TASK: Copy the entries out again in full.

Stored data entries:
=====
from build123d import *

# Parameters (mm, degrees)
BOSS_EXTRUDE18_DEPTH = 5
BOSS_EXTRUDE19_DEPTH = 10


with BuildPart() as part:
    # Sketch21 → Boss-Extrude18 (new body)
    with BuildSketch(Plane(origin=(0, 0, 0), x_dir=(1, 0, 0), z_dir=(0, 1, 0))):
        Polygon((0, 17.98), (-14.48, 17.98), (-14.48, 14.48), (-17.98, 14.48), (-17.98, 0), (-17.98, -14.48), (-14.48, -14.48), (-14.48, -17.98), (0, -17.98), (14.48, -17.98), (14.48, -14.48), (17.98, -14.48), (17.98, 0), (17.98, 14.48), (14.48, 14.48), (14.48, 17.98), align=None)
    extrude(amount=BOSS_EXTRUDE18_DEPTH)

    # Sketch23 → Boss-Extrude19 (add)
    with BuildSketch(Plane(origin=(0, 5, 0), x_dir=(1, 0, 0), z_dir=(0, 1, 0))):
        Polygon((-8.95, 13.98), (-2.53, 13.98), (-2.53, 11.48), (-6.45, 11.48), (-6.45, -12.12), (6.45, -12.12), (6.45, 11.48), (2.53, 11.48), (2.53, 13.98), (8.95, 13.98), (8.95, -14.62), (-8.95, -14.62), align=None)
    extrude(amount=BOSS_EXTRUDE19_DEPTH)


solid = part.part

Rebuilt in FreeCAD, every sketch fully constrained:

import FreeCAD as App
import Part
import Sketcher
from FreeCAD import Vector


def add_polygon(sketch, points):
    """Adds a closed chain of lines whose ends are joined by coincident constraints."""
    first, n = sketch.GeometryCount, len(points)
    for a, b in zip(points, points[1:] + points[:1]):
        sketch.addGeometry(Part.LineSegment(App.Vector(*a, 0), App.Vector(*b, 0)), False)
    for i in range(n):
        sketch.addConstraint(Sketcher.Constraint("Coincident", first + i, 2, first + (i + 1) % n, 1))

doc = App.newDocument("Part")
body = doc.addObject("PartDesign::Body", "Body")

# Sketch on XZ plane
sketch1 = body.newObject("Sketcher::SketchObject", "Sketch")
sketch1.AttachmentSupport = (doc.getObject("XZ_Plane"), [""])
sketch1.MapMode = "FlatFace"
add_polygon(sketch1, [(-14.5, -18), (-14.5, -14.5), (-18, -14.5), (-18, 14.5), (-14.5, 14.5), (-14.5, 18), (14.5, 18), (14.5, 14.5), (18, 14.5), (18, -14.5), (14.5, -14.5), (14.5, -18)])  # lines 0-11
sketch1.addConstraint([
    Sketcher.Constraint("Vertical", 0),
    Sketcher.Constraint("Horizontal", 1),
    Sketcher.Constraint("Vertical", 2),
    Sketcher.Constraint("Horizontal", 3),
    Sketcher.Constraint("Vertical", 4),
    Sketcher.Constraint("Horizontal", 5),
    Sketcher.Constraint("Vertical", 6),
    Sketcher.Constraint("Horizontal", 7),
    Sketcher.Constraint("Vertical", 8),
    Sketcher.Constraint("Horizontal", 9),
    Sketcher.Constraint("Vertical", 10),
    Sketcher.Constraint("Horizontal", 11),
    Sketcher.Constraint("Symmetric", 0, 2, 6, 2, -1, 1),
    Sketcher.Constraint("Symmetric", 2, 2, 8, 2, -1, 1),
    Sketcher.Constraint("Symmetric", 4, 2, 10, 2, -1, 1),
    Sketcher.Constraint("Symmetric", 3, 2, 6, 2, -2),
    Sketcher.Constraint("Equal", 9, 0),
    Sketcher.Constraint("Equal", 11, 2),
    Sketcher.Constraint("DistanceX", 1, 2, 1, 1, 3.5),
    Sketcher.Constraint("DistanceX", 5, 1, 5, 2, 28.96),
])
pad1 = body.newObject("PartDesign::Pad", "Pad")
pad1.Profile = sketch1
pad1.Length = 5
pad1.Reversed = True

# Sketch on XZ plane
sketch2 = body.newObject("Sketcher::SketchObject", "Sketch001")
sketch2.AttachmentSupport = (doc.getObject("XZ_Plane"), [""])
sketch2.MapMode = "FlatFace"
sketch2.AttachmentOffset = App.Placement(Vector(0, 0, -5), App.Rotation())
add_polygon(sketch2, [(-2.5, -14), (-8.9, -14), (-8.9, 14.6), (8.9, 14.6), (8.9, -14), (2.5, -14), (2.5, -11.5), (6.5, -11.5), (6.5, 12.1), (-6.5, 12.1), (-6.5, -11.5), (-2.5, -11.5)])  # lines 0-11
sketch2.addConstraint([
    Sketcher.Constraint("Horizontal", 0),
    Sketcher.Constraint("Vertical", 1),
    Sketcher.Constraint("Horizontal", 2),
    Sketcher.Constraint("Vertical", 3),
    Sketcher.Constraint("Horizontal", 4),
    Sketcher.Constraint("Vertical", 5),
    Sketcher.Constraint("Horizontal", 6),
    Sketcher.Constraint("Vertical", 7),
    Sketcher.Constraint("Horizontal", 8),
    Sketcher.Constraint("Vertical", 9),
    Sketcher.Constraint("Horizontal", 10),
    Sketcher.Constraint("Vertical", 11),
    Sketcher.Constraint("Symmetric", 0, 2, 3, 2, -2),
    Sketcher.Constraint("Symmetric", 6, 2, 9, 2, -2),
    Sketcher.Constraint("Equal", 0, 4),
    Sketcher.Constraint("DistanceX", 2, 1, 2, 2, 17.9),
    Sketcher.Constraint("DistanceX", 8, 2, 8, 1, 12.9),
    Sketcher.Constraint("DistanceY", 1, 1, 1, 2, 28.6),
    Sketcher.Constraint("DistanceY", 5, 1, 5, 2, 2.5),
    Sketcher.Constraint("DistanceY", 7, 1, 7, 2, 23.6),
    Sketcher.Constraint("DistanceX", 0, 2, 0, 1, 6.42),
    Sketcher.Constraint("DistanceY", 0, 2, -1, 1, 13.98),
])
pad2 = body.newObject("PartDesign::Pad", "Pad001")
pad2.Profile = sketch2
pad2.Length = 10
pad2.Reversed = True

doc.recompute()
=====
EXERCISE RESULT:
from build123d import *

# Parameters (mm, degrees)
BOSS_EXTRUDE18_DEPTH = 5
BOSS_EXTRUDE19_DEPTH = 10


with BuildPart() as part:
    # Sketch21 → Boss-Extrude18 (new body)
    with BuildSketch(Plane(origin=(0, 0, 0), x_dir=(1, 0, 0), z_dir=(0, 1, 0))):
        Polygon((0, 17.98), (-14.48, 17.98), (-14.48, 14.48), (-17.98, 14.48), (-17.98, 0), (-17.98, -14.48), (-14.48, -14.48), (-14.48, -17.98), (0, -17.98), (14.48, -17.98), (14.48, -14.48), (17.98, -14.48), (17.98, 0), (17.98, 14.48), (14.48, 14.48), (14.48, 17.98), align=None)
    extrude(amount=BOSS_EXTRUDE18_DEPTH)

    # Sketch23 → Boss-Extrude19 (add)
    with BuildSketch(Plane(origin=(0, 5, 0), x_dir=(1, 0, 0), z_dir=(0, 1, 0))):
        Polygon((-8.95, 13.98), (-2.53, 13.98), (-2.53, 11.48), (-6.45, 11.48), (-6.45, -12.12), (6.45, -12.12), (6.45, 11.48), (2.53, 11.48), (2.53, 13.98), (8.95, 13.98), (8.95, -14.62), (-8.95, -14.62), align=None)
    extrude(amount=BOSS_EXTRUDE19_DEPTH)


solid = part.part

Rebuilt in FreeCAD, every sketch fully constrained:

import FreeCAD as App
import Part
import Sketcher
from FreeCAD import Vector


def add_polygon(sketch, points):
    """Adds a closed chain of lines whose ends are joined by coincident constraints."""
    first, n = sketch.GeometryCount, len(points)
    for a, b in zip(points, points[1:] + points[:1]):
        sketch.addGeometry(Part.LineSegment(App.Vector(*a, 0), App.Vector(*b, 0)), False)
    for i in range(n):
        sketch.addConstraint(Sketcher.Constraint("Coincident", first + i, 2, first + (i + 1) % n, 1))

doc = App.newDocument("Part")
body = doc.addObject("PartDesign::Body", "Body")

# Sketch on XZ plane
sketch1 = body.newObject("Sketcher::SketchObject", "Sketch")
sketch1.AttachmentSupport = (doc.getObject("XZ_Plane"), [""])
sketch1.MapMode = "FlatFace"
add_polygon(sketch1, [(-14.5, -18), (-14.5, -14.5), (-18, -14.5), (-18, 14.5), (-14.5, 14.5), (-14.5, 18), (14.5, 18), (14.5, 14.5), (18, 14.5), (18, -14.5), (14.5, -14.5), (14.5, -18)])  # lines 0-11
sketch1.addConstraint([
    Sketcher.Constraint("Vertical", 0),
    Sketcher.Constraint("Horizontal", 1),
    Sketcher.Constraint("Vertical", 2),
    Sketcher.Constraint("Horizontal", 3),
    Sketcher.Constraint("Vertical", 4),
    Sketcher.Constraint("Horizontal", 5),
    Sketcher.Constraint("Vertical", 6),
    Sketcher.Constraint("Horizontal", 7),
    Sketcher.Constraint("Vertical", 8),
    Sketcher.Constraint("Horizontal", 9),
    Sketcher.Constraint("Vertical", 10),
    Sketcher.Constraint("Horizontal", 11),
    Sketcher.Constraint("Symmetric", 0, 2, 6, 2, -1, 1),
    Sketcher.Constraint("Symmetric", 2, 2, 8, 2, -1, 1),
    Sketcher.Constraint("Symmetric", 4, 2, 10, 2, -1, 1),
    Sketcher.Constraint("Symmetric", 3, 2, 6, 2, -2),
    Sketcher.Constraint("Equal", 9, 0),
    Sketcher.Constraint("Equal", 11, 2),
    Sketcher.Constraint("DistanceX", 1, 2, 1, 1, 3.5),
    Sketcher.Constraint("DistanceX", 5, 1, 5, 2, 28.96),
])
pad1 = body.newObject("PartDesign::Pad", "Pad")
pad1.Profile = sketch1
pad1.Length = 5
pad1.Reversed = True

# Sketch on XZ plane
sketch2 = body.newObject("Sketcher::SketchObject", "Sketch001")
sketch2.AttachmentSupport = (doc.getObject("XZ_Plane"), [""])
sketch2.MapMode = "FlatFace"
sketch2.AttachmentOffset = App.Placement(Vector(0, 0, -5), App.Rotation())
add_polygon(sketch2, [(-2.5, -14), (-8.9, -14), (-8.9, 14.6), (8.9, 14.6), (8.9, -14), (2.5, -14), (2.5, -11.5), (6.5, -11.5), (6.5, 12.1), (-6.5, 12.1), (-6.5, -11.5), (-2.5, -11.5)])  # lines 0-11
sketch2.addConstraint([
    Sketcher.Constraint("Horizontal", 0),
    Sketcher.Constraint("Vertical", 1),
    Sketcher.Constraint("Horizontal", 2),
    Sketcher.Constraint("Vertical", 3),
    Sketcher.Constraint("Horizontal", 4),
    Sketcher.Constraint("Vertical", 5),
    Sketcher.Constraint("Horizontal", 6),
    Sketcher.Constraint("Vertical", 7),
    Sketcher.Constraint("Horizontal", 8),
    Sketcher.Constraint("Vertical", 9),
    Sketcher.Constraint("Horizontal", 10),
    Sketcher.Constraint("Vertical", 11),
    Sketcher.Constraint("Symmetric", 0, 2, 3, 2, -2),
    Sketcher.Constraint("Symmetric", 6, 2, 9, 2, -2),
    Sketcher.Constraint("Equal", 0, 4),
    Sketcher.Constraint("DistanceX", 2, 1, 2, 2, 17.9),
    Sketcher.Constraint("DistanceX", 8, 2, 8, 1, 12.9),
    Sketcher.Constraint("DistanceY", 1, 1, 1, 2, 28.6),
    Sketcher.Constraint("DistanceY", 5, 1, 5, 2, 2.5),
    Sketcher.Constraint("DistanceY", 7, 1, 7, 2, 23.6),
    Sketcher.Constraint("DistanceX", 0, 2, 0, 1, 6.42),
    Sketcher.Constraint("DistanceY", 0, 2, -1, 1, 13.98),
])
pad2 = body.newObject("PartDesign::Pad", "Pad001")
pad2.Profile = sketch2
pad2.Length = 10
pad2.Reversed = True

doc.recompute()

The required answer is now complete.